With little Jewish life to speak of in Presque Isle, Gribetz formed his deep relationships with the Christian clergy — he could bond with them over a shared love of biblical text.
“I think he had that kind of hunger for conversation and study, and you can’t just have that with anyone,” said Robert Grove-Markwood, who led the Congregationalist church in Presque Isle for 25 years and struck up a friendship with Gribetz shortly after assuming the post in 1988. “His parishioners he can teach, but he’s not going to sit down and talk with those folks the same way he can with someone who has dedicated time to the study of text.”
Grove-Markwood would sometimes spend evenings listening to Gribetz play piano or studying some text together. When he left the church, parishioners gave him one of Gribetz’s paintings as a gift. Several other pieces of Gribetz’s art now adorn Grove-Markwood’s home, including sculptures inspired by Jonah emerging from the fish and Isaac lovingly embracing the ram that was sacrificed in his stead.
“That’s midrash in Indiana limestone,” Grove-Markwood said of the latter piece, using the Hebrew word for biblical interpretation. “It’s like, wow.”
After Nilda’s death, Gribetz channeled his grief into his art, which in turn led to a rare exhibition in the summer of 2017, “A Search for Truth,” which ran at the BTS Center in Portland, a training center for faith leaders that Grove-Markwood led after leaving Presque Isle.
“The powerful intensity of my grieving was devastating to my capacity to withstand wave after wave of intense weeping,” Gribetz wrote in a brief introduction to the show. “Only through the amazing grace of God was I able to endure the unending storm of grief. In my new awareness of God’s grace, I find myself pursuing God. ‘God, where are you?’ I ask.”
Suffering is a recurrent theme in Gribetz’s art. His subjects are often disfigured with grief, their faces contorted in pain and their limbs set at impossible angles. That may explain why Thomas Lequin, the former priest at the local Catholic parish and another of Gribetz’s close friends in town, asked him to sculpt a crucifix for the church in 2002. Gribetz rendered Jesus in graphic fashion, the blood streaking down his face and torso. Not everyone in the church appreciated it, but Lequin gave Gribetz no specifications for the sculpture, leaving it up to his intuition.

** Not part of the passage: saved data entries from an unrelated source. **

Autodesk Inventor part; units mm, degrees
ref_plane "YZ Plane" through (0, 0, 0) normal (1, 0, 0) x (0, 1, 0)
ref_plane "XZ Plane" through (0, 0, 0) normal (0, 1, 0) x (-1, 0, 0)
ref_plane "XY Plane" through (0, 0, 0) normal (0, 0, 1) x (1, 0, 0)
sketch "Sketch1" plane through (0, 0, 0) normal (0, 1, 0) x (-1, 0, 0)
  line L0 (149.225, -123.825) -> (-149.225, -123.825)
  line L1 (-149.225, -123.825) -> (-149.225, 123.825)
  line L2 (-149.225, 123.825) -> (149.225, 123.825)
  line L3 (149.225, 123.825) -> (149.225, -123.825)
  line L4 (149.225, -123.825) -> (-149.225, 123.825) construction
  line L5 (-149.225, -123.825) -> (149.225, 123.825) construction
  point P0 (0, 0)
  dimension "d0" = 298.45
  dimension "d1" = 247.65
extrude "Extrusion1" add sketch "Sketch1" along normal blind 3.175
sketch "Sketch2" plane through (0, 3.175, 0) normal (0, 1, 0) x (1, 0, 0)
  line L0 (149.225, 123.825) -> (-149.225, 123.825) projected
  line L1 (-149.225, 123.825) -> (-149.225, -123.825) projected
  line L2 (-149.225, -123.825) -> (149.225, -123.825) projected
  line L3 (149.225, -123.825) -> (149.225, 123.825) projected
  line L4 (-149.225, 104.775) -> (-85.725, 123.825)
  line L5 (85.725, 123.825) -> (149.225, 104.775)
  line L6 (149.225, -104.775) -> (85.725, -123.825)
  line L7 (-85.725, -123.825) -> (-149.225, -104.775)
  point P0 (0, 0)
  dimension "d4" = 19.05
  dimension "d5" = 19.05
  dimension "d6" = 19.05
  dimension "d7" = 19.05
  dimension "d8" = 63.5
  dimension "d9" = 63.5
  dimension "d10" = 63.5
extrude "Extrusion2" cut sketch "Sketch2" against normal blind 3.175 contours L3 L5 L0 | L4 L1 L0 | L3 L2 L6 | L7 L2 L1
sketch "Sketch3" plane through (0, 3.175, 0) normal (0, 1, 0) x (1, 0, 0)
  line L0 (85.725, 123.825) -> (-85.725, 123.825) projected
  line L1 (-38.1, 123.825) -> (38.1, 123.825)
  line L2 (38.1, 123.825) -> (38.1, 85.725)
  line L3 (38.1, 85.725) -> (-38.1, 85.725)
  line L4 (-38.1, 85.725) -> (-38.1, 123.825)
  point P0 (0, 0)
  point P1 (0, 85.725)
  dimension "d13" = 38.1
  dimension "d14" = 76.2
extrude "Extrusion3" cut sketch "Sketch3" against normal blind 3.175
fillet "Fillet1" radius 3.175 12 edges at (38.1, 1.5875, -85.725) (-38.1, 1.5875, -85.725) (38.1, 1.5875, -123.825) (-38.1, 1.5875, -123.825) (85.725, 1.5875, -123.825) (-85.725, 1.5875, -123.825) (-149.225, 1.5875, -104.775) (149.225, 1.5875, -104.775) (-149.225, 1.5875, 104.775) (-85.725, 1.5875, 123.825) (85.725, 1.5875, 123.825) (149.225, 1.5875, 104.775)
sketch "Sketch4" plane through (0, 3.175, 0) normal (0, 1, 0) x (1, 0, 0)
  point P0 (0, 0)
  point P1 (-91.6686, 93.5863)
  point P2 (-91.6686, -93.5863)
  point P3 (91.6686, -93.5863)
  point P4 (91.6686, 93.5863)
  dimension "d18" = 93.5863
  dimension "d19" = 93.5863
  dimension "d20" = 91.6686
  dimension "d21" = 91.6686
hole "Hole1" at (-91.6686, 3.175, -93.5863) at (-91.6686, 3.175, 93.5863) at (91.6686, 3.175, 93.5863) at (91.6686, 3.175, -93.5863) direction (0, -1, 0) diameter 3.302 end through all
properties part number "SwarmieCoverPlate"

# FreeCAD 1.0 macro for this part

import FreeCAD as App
import Part
import Sketcher
from FreeCAD import Vector
Q = App.Units.Quantity


def edges_at(feature, points):
    """Names of the edges that pass closest to the given points."""
    edges = feature.Shape.Edges
    near = lambda p: min(range(len(edges)), key=lambda i: edges[i].distToShape(Part.Vertex(*p))[0])
    return sorted({f"Edge{near(p) + 1}" for p in points})


def add_polygon(sketch, points):
    """Adds a closed chain of lines whose ends are joined by coincident constraints."""
    first, n = sketch.GeometryCount, len(points)
    for a, b in zip(points, points[1:] + points[:1]):
        sketch.addGeometry(Part.LineSegment(App.Vector(*a, 0), App.Vector(*b, 0)), False)
    for i in range(n):
        sketch.addConstraint(Sketcher.Constraint("Coincident", first + i, 2, first + (i + 1) % n, 1))

doc = App.newDocument("Part")
params = doc.addObject("Spreadsheet::Sheet", "Params")
for row, (alias, value) in enumerate([
    ("sketch1_width", "11.75 in"),
    ("sketch1_height", "9.75 in"),
    ("pad1_length", "0.125 in"),
    ("sketch2_width", "2.5 in"),
    ("sketch2_height", "0.75 in"),
    ("pocket1_length", "0.125 in"),
    ("sketch3_width", "3 in"),
    ("sketch3_height", "1.5 in"),
    ("pocket2_length", "0.125 in"),
    ("fillet_radius", "0.125 in"),
    ("sketch4_diameter", "0.13 in"),
    ("hole_diameter", "0.13 in"),
], start=1):
    params.set(f"A{row}", alias)
    params.set(f"B{row}", "=" + value)
    params.setAlias(f"B{row}", alias)

body = doc.addObject("PartDesign::Body", "Body")

sketch1 = body.newObject("Sketcher::SketchObject", "Sketch")
sketch1.AttachmentSupport = (doc.getObject("XZ_Plane"), [""])
sketch1.MapMode = "FlatFace"
add_polygon(sketch1, [(149, -124), (-149, -124), (-149, 124), (149, 124)])
sketch1.addConstraint(Sketcher.Constraint("Horizontal", 0))
sketch1.addConstraint(Sketcher.Constraint("Vertical", 1))
sketch1.addConstraint(Sketcher.Constraint("Horizontal", 2))
sketch1.addConstraint(Sketcher.Constraint("Vertical", 3))
sketch1.addConstraint(Sketcher.Constraint("Symmetric", 0, 2, 2, 2, -1, 1))
sketch1.addConstraint(Sketcher.Constraint("DistanceX", 0, 2, 0, 1, Q("11.75 in")))
sketch1.addConstraint(Sketcher.Constraint("DistanceY", 1, 1, 1, 2, Q("9.75 in")))
sketch1.setExpression("Constraints[9]", "Params.sketch1_width")
sketch1.setExpression("Constraints[10]", "Params.sketch1_height")
pad1 = body.newObject("PartDesign::Pad", "Pad")
pad1.Profile = sketch1
pad1.setExpression("Length", "Params.pad1_length")
pad1.Reversed = True

sketch2 = body.newObject("Sketcher::SketchObject", "Sketch001")
sketch2.AttachmentSupport = (doc.getObject("XZ_Plane"), [""])
sketch2.MapMode = "FlatFace"
sketch2.AttachmentOffset = App.Placement(Vector(0, 0, -0.125 * 25.4), App.Rotation())
add_polygon(sketch2, [(149, -105), (149, -124), (86, -124)])
add_polygon(sketch2, [(-149, -105), (-86, -124), (-149, -124)])
add_polygon(sketch2, [(149, 124), (149, 105), (86, 124)])
add_polygon(sketch2, [(-86, 124), (-149, 105), (-149, 124)])
sketch2.addConstraint(Sketcher.Constraint("Vertical", 0))
sketch2.addConstraint(Sketcher.Constraint("Horizontal", 1))
sketch2.addConstraint(Sketcher.Constraint("Horizontal", 4))
sketch2.addConstraint(Sketcher.Constraint("Vertical", 5))
sketch2.addConstraint(Sketcher.Constraint("Vertical", 6))
sketch2.addConstraint(Sketcher.Constraint("Horizontal", 8))
sketch2.addConstraint(Sketcher.Constraint("Vertical", 10))
sketch2.addConstraint(Sketcher.Constraint("Horizontal", 11))
sketch2.addConstraint(Sketcher.Constraint("Symmetric", 5, 2, 6, 2, -1, 1))
sketch2.addConstraint(Sketcher.Constraint("Symmetric", 3, 2, 7, 2, -1, 1))
sketch2.addConstraint(Sketcher.Constraint("Symmetric", 2, 2, 9, 2, -1, 1))
sketch2.addConstraint(Sketcher.Constraint("Symmetric", 1, 2, 11, 2, -1, 1))
sketch2.addConstraint(Sketcher.Constraint("Symmetric", 1, 2, 3, 2, -2))
sketch2.addConstraint(Sketcher.Constraint("Symmetric", 2, 2, 5, 2, -2))
sketch2.addConstraint(Sketcher.Constraint("DistanceX", 1, 2, 1, 1, Q("2.5 in")))
sketch2.addConstraint(Sketcher.Constraint("DistanceY", 0, 2, 0, 1, Q("0.75 in")))
sketch2.addConstraint(Sketcher.Constraint("DistanceY", 0, 2, 6, 2, Q("9 in")))
sketch2.addConstraint(Sketcher.Constraint("DistanceX", 3, 2, 1, 2, Q("6.75 in")))
sketch2.setExpression("Constraints[26]", "Params.sketch2_width")
sketch2.setExpression("Constraints[27]", "Params.sketch2_height")
pocket1 = body.newObject("PartDesign::Pocket", "Pocket")
pocket1.Profile = sketch2
pocket1.setExpression("Length", "Params.pocket1_length")
pocket1.Reversed = True

sketch3 = body.newObject("Sketcher::SketchObject", "Sketch002")
sketch3.AttachmentSupport = (doc.getObject("XZ_Plane"), [""])
sketch3.MapMode = "FlatFace"
sketch3.AttachmentOffset = App.Placement(Vector(0, 0, -0.125 * 25.4), App.Rotation())
add_polygon(sketch3, [(38, -86), (38, -124), (-38, -124), (-38, -86)])
sketch3.addConstraint(Sketcher.Constraint("Vertical", 0))
sketch3.addConstraint(Sketcher.Constraint("Horizontal", 1))
sketch3.addConstraint(Sketcher.Constraint("Vertical", 2))
sketch3.addConstraint(Sketcher.Constraint("Horizontal", 3))
sketch3.addConstraint(Sketcher.Constraint("DistanceX", 1, 2, 1, 1, Q("3 in")))
sketch3.addConstraint(Sketcher.Constraint("DistanceY", 0, 2, 0, 1, Q("1.5 in")))
sketch3.addConstraint(Sketcher.Constraint("DistanceX", -1, 1, 0, 2, Q("1.5 in")))
sketch3.addConstraint(Sketcher.Constraint("DistanceY", 0, 2, -1, 1, Q("4.875 in")))
sketch3.setExpression("Constraints[8]", "Params.sketch3_width")
sketch3.setExpression("Constraints[9]", "Params.sketch3_height")
pocket2 = body.newObject("PartDesign::Pocket", "Pocket001")
pocket2.Profile = sketch3
pocket2.setExpression("Length", "Params.pocket2_length")
pocket2.Reversed = True
doc.recompute()

fillet = body.newObject("PartDesign::Fillet", "Fillet")
fillet.Base = (pocket2, edges_at(pocket2, [
    (38.1, 1.587, -85.725),
    (-38.1, 1.587, -85.725),
    (38.1, 1.587, -123.825),
    (-38.1, 1.587, -123.825),
    (85.725, 1.587, -123.825),
    (-85.725, 1.587, -123.825),
    (-149.225, 1.587, -104.775),
    (149.225, 1.587, -104.775),
    (-149.225, 1.587, 104.775),
    (-85.725, 1.587, 123.825),
    (85.725, 1.587, 123.825),
    (149.225, 1.587, 104.775),
]))
fillet.setExpression("Radius", "Params.fillet_radius")

sketch4 = body.newObject("Sketcher::SketchObject", "Sketch003")
sketch4.AttachmentSupport = (doc.getObject("XZ_Plane"), [""])
sketch4.MapMode = "FlatFace"
sketch4.AttachmentOffset = App.Placement(Vector(0, 0, -0.125 * 25.4), App.Rotation())
sketch4.addGeometry(Part.Circle(Vector(-91.7, -93.6, 0), Vector(0, 0, 1), 1.7), False)
sketch4.addGeometry(Part.Circle(Vector(-91.7, 93.6, 0), Vector(0, 0, 1), 1.7), False)
sketch4.addGeometry(Part.Circle(Vector(91.7, 93.6, 0), Vector(0, 0, 1), 1.7), False)
sketch4.addGeometry(Part.Circle(Vector(91.7, -93.6, 0), Vector(0, 0, 1), 1.7), False)
sketch4.addConstraint(Sketcher.Constraint("Equal", 0, 1))
sketch4.addConstraint(Sketcher.Constraint("Equal", 1, 2))
sketch4.addConstraint(Sketcher.Constraint("Equal", 2, 3))
sketch4.addConstraint(Sketcher.Constraint("Symmetric", 0, 3, 2, 3, -1, 1))
sketch4.addConstraint(Sketcher.Constraint("Symmetric", 1, 3, 3, 3, -1, 1))
sketch4.addConstraint(Sketcher.Constraint("Symmetric", 1, 3, 2, 3, -2))
sketch4.addConstraint(Sketcher.Constraint("Diameter", 0, Q("0.13 in")))
sketch4.addConstraint(Sketcher.Constraint("DistanceX", 0, 3, -1, 1, Q("3.609 in")))
sketch4.addConstraint(Sketcher.Constraint("DistanceY", 0, 3, 1, 3, Q("7.369 in")))
sketch4.setExpression("Constraints[6]", "Params.sketch4_diameter")
doc.recompute()
hole = body.newObject("PartDesign::Hole", "Hole")
hole.Profile = sketch4
hole.ThreadType = "None"
hole.setExpression("Diameter", "Params.hole_diameter")
hole.DepthType = "ThroughAll"
hole.Reversed = True

doc.recompute()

“A lot of people like nice resurrected stuff, and rightly so,” Lequin told JTA. “But at the same time, he died a horrible death. And I don’t care how much you want to paint it up, it was not a nice thing. That’s what I thought about it. I liked the graphic nature of it, but it was also tastefully done. It showed a man suffering, and that’s never pleasant to see someone suffering like that. But it’s the reality of it.”
Gribetz worked on the sculpture for months, and parishioners would regularly stop by to check on his progress. When it was finished, Gribetz went down to the church to watch the installation. When the installer returned to the church after a break, he knelt before Gribetz’s depiction of Jesus on the cross. Even now, Gribetz tears up as he describes the scene.

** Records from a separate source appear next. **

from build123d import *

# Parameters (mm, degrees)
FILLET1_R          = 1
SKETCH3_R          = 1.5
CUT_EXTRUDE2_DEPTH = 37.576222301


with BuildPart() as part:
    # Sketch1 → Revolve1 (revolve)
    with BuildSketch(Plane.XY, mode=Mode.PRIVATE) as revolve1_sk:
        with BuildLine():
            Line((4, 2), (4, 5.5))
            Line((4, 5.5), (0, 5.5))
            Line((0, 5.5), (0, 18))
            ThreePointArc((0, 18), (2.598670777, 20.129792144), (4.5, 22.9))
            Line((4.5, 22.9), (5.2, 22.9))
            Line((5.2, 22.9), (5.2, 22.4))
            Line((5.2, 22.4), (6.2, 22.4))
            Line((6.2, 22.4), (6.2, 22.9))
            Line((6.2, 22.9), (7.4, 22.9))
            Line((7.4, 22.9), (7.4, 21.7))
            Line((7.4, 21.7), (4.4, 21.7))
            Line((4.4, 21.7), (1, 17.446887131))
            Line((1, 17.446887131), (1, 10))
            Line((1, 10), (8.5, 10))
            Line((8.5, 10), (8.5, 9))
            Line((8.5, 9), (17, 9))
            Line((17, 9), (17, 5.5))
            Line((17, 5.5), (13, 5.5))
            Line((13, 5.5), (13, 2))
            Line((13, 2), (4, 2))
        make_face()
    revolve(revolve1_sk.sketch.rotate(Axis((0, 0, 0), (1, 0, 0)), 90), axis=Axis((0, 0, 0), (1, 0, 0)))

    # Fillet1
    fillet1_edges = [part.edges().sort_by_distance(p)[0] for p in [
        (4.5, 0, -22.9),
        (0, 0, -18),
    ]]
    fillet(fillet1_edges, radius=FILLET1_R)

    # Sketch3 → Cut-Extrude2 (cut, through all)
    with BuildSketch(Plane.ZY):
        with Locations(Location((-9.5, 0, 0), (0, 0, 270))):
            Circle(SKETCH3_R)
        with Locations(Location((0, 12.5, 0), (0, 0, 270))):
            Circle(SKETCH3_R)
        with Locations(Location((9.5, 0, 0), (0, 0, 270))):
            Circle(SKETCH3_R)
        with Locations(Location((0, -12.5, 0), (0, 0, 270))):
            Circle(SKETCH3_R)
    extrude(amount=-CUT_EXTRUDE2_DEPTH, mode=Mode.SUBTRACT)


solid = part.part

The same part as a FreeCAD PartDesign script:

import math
import FreeCAD as App
import Part
import Sketcher


def edges_at(feature, points):
    """Names of the edges that pass closest to the given points."""
    edges = feature.Shape.Edges
    near = lambda p: min(range(len(edges)), key=lambda i: edges[i].distToShape(Part.Vertex(*p))[0])
    return sorted({f"Edge{near(p) + 1}" for p in points})

doc = App.newDocument("Part")
params = doc.addObject("Spreadsheet::Sheet", "Params")
for row, (alias, value) in enumerate([
    ("sketch1_width", "9 mm"),
    ("sketch1_width2", "4 mm"),
    ("sketch1_width3", "3 mm"),
    ("sketch1_width4", "1 mm"),
    ("sketch1_width5", "8.5 mm"),
    ("revolution_angle", "360 deg"),
    ("fillet_radius", "1 mm"),
    ("sketch2_diameter", "3 mm"),
], start=1):
    params.set(f"A{row}", alias)
    params.set(f"B{row}", "=" + value)
    params.setAlias(f"B{row}", alias)

body = doc.addObject("PartDesign::Body", "Body")

# Sketch on XY plane
sketch1 = doc.addObject("Sketcher::SketchObject", "Sketch")
body.addObject(sketch1)
sketch1.AttachmentSupport = (doc.XY_Plane, [""])
sketch1.MapMode = "FlatFace"
sketch1.addGeometry(Part.LineSegment(App.Vector(4, 5.5, 0), App.Vector(4, 2, 0)), False)
sketch1.addGeometry(Part.LineSegment(App.Vector(4, 2, 0), App.Vector(13, 2, 0)), False)
sketch1.addGeometry(Part.LineSegment(App.Vector(13, 2, 0), App.Vector(13, 5.5, 0)), False)
sketch1.addGeometry(Part.LineSegment(App.Vector(13, 5.5, 0), App.Vector(17, 5.5, 0)), False)
sketch1.addGeometry(Part.LineSegment(App.Vector(17, 5.5, 0), App.Vector(17, 9, 0)), False)
sketch1.addGeometry(Part.LineSegment(App.Vector(17, 9, 0), App.Vector(8.5, 9, 0)), False)
sketch1.addGeometry(Part.LineSegment(App.Vector(8.5, 9, 0), App.Vector(8.5, 10, 0)), False)
sketch1.addGeometry(Part.LineSegment(App.Vector(8.5, 10, 0), App.Vector(1, 10, 0)), False)
sketch1.addGeometry(Part.LineSegment(App.Vector(1, 10, 0), App.Vector(1, 17.4, 0)), False)
sketch1.addGeometry(Part.LineSegment(App.Vector(1, 17.4, 0), App.Vector(4.4, 21.7, 0)), False)
sketch1.addGeometry(Part.LineSegment(App.Vector(4.4, 21.7, 0), App.Vector(7.4, 21.7, 0)), False)
sketch1.addGeometry(Part.LineSegment(App.Vector(7.4, 21.7, 0), App.Vector(7.4, 22.9, 0)), False)
sketch1.addGeometry(Part.LineSegment(App.Vector(7.4, 22.9, 0), App.Vector(6.2, 22.9, 0)), False)
sketch1.addGeometry(Part.LineSegment(App.Vector(6.2, 22.9, 0), App.Vector(6.2, 22.4, 0)), False)
sketch1.addGeometry(Part.LineSegment(App.Vector(6.2, 22.4, 0), App.Vector(5.2, 22.4, 0)), False)
sketch1.addGeometry(Part.LineSegment(App.Vector(5.2, 22.4, 0), App.Vector(5.2, 22.9, 0)), False)
sketch1.addGeometry(Part.LineSegment(App.Vector(5.2, 22.9, 0), App.Vector(4.5, 22.9, 0)), False)
sketch1.addGeometry(Part.ArcOfCircle(Part.Circle(App.Vector(-6.2, 28.2, 0), App.Vector(0, 0, 1), 11.9), math.radians(-59), math.radians(-26)), False)
sketch1.addGeometry(Part.LineSegment(App.Vector(0, 18, 0), App.Vector(0, 5.5, 0)), False)
sketch1.addGeometry(Part.LineSegment(App.Vector(0, 5.5, 0), App.Vector(4, 5.5, 0)), False)
sketch1.addConstraint(Sketcher.Constraint("Coincident", 0, 2, 1, 1))
sketch1.addConstraint(Sketcher.Constraint("Coincident", 1, 2, 2, 1))
sketch1.addConstraint(Sketcher.Constraint("Coincident", 2, 2, 3, 1))
sketch1.addConstraint(Sketcher.Constraint("Coincident", 3, 2, 4, 1))
sketch1.addConstraint(Sketcher.Constraint("Coincident", 4, 2, 5, 1))
sketch1.addConstraint(Sketcher.Constraint("Coincident", 5, 2, 6, 1))
sketch1.addConstraint(Sketcher.Constraint("Coincident", 6, 2, 7, 1))
sketch1.addConstraint(Sketcher.Constraint("Coincident", 7, 2, 8, 1))
sketch1.addConstraint(Sketcher.Constraint("Coincident", 8, 2, 9, 1))
sketch1.addConstraint(Sketcher.Constraint("Coincident", 9, 2, 10, 1))
sketch1.addConstraint(Sketcher.Constraint("Coincident", 10, 2, 11, 1))
sketch1.addConstraint(Sketcher.Constraint("Coincident", 11, 2, 12, 1))
sketch1.addConstraint(Sketcher.Constraint("Coincident", 12, 2, 13, 1))
sketch1.addConstraint(Sketcher.Constraint("Coincident", 13, 2, 14, 1))
sketch1.addConstraint(Sketcher.Constraint("Coincident", 14, 2, 15, 1))
sketch1.addConstraint(Sketcher.Constraint("Coincident", 15, 2, 16, 1))
sketch1.addConstraint(Sketcher.Constraint("Coincident", 16, 2, 17, 2))
sketch1.addConstraint(Sketcher.Constraint("Coincident", 17, 1, 18, 1))
sketch1.addConstraint(Sketcher.Constraint("Coincident", 18, 2, 19, 1))
sketch1.addConstraint(Sketcher.Constraint("Coincident", 19, 2, 0, 1))
sketch1.addConstraint(Sketcher.Constraint("Vertical", 0))
sketch1.addConstraint(Sketcher.Constraint("Horizontal", 1))
sketch1.addConstraint(Sketcher.Constraint("Vertical", 2))
sketch1.addConstraint(Sketcher.Constraint("Horizontal", 3))
sketch1.addConstraint(Sketcher.Constraint("Vertical", 4))
sketch1.addConstraint(Sketcher.Constraint("Horizontal", 5))
sketch1.addConstraint(Sketcher.Constraint("Vertical", 6))
sketch1.addConstraint(Sketcher.Constraint("Horizontal", 7))
sketch1.addConstraint(Sketcher.Constraint("Vertical", 8))
sketch1.addConstraint(Sketcher.Constraint("Horizontal", 10))
sketch1.addConstraint(Sketcher.Constraint("Vertical", 11))
sketch1.addConstraint(Sketcher.Constraint("Horizontal", 12))
sketch1.addConstraint(Sketcher.Constraint("Vertical", 13))
sketch1.addConstraint(Sketcher.Constraint("Horizontal", 14))
sketch1.addConstraint(Sketcher.Constraint("Vertical", 15))
sketch1.addConstraint(Sketcher.Constraint("Horizontal", 16))
sketch1.addConstraint(Sketcher.Constraint("Vertical", 18))
sketch1.addConstraint(Sketcher.Constraint("Horizontal", 19))
sketch1.addConstraint(Sketcher.Constraint("PointOnObject", 17, 1, -2))
sketch1.addConstraint(Sketcher.Constraint("Horizontal", 12, 2, 15, 2))
sketch1.addConstraint(Sketcher.Constraint("Horizontal", 3, 2, 18, 2))
sketch1.addConstraint(Sketcher.Constraint("Equal", 3, 19))
sketch1.addConstraint(Sketcher.Constraint("Equal", 2, 4))
sketch1.addConstraint(Sketcher.Constraint("Equal", 14, 6))
sketch1.addConstraint(Sketcher.Constraint("Equal", 12, 11))
sketch1.addConstraint(Sketcher.Constraint("DistanceX", 1, 1, 1, 2, 9.0))
sketch1.addConstraint(Sketcher.Constraint("DistanceX", 3, 1, 3, 2, 4.0))
sketch1.addConstraint(Sketcher.Constraint("DistanceX", 10, 1, 10, 2, 3.0))
sketch1.addConstraint(Sketcher.Constraint("DistanceX", 14, 2, 14, 1, 1.0))
sketch1.addConstraint(Sketcher.Constraint("DistanceX", 5, 2, 5, 1, 8.5))
sketch1.addConstraint(Sketcher.Constraint("DistanceX", 7, 2, 7, 1, 7.5))
sketch1.addConstraint(Sketcher.Constraint("DistanceX", 12, 2, 12, 1, 1.2))
sketch1.addConstraint(Sketcher.Constraint("DistanceX", 16, 2, 16, 1, 0.7))
sketch1.addConstraint(Sketcher.Constraint("DistanceY", 0, 2, 0, 1, 3.5))
sketch1.addConstraint(Sketcher.Constraint("DistanceY", 13, 2, 13, 1, 0.5))
sketch1.addConstraint(Sketcher.Constraint("DistanceY", 18, 2, 18, 1, 12.5))
sketch1.addConstraint(Sketcher.Constraint("DistanceY", -1, 1, 0, 2, 2.0))
sketch1.addConstraint(Sketcher.Constraint("DistanceX", -1, 1, 9, 2, 4.4))
sketch1.addConstraint(Sketcher.Constraint("DistanceY", -1, 1, 9, 2, 21.7))
sketch1.addConstraint(Sketcher.Constraint("Radius", 17, 11.923515))
sketch1.addConstraint(Sketcher.Constraint("DistanceY", 8, 1, 8, 2, 7.446887))
sketch1.setExpression("Constraints[45]", "Params.sketch1_width")
sketch1.setExpression("Constraints[46]", "Params.sketch1_width2")
sketch1.setExpression("Constraints[47]", "Params.sketch1_width3")
sketch1.setExpression("Constraints[48]", "Params.sketch1_width4")
sketch1.setExpression("Constraints[49]", "Params.sketch1_width5")
revolution = doc.addObject("PartDesign::Revolution", "Revolution")
body.addObject(revolution)
revolution.Profile = sketch1
revolution.ReferenceAxis = (sketch1, ["H_Axis"])
revolution.setExpression("Angle", "Params.revolution_angle")
doc.recompute()

fillet = doc.addObject("PartDesign::Fillet", "Fillet")
body.addObject(fillet)
fillet.Base = (revolution, edges_at(revolution, [(4.5, 0, -22.9), (0, 0, -18)]))
fillet.setExpression("Radius", "Params.fillet_radius")

# Sketch on YZ plane
sketch2 = doc.addObject("Sketcher::SketchObject", "Sketch001")
body.addObject(sketch2)
sketch2.AttachmentSupport = (doc.YZ_Plane, [""])
sketch2.MapMode = "FlatFace"
sketch2.addGeometry(Part.Circle(App.Vector(0, -9.5, 0), App.Vector(0, 0, 1), 1.5), False)
sketch2.addGeometry(Part.Circle(App.Vector(12.5, 0, 0), App.Vector(0, 0, 1), 1.5), False)
sketch2.addGeometry(Part.Circle(App.Vector(0, 9.5, 0), App.Vector(0, 0, 1), 1.5), False)
sketch2.addGeometry(Part.Circle(App.Vector(-12.5, 0, 0), App.Vector(0, 0, 1), 1.5), False)
sketch2.addConstraint(Sketcher.Constraint("Equal", 0, 1))
sketch2.addConstraint(Sketcher.Constraint("Equal", 1, 2))
sketch2.addConstraint(Sketcher.Constraint("Equal", 2, 3))
sketch2.addConstraint(Sketcher.Constraint("Symmetric", 0, 3, 2, 3, -1, 1))
sketch2.addConstraint(Sketcher.Constraint("Symmetric", 1, 3, 3, 3, -1, 1))
sketch2.addConstraint(Sketcher.Constraint("PointOnObject", 0, 3, -2))
sketch2.addConstraint(Sketcher.Constraint("PointOnObject", 1, 3, -1))
sketch2.addConstraint(Sketcher.Constraint("Diameter", 0, 3.0))
sketch2.addConstraint(Sketcher.Constraint("DistanceY", 0, 3, 2, 3, 19.0))
sketch2.addConstraint(Sketcher.Constraint("DistanceX", 3, 3, 1, 3, 25.0))
sketch2.setExpression("Constraints[7]", "Params.sketch2_diameter")
pocket1 = doc.addObject("PartDesign::Pocket", "Pocket")
body.addObject(pocket1)
pocket1.Profile = sketch2
pocket1.Type = "ThroughAll"
pocket1.Reversed = True

doc.recompute()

“I saw my work trying to bring God’s presence here as much as I can, to be as vivid as I can,” he said. “The Torah is filled with great stories of God’s presence, of God’s disappointment, of strife between being an ‘am kedushah’ [holy nation], what that takes for us to give examples of holiness, how we work with all the nations of the earth, and how humanity — we’re all the same and we’re all equal and we all have to love each other. That’s been my work.”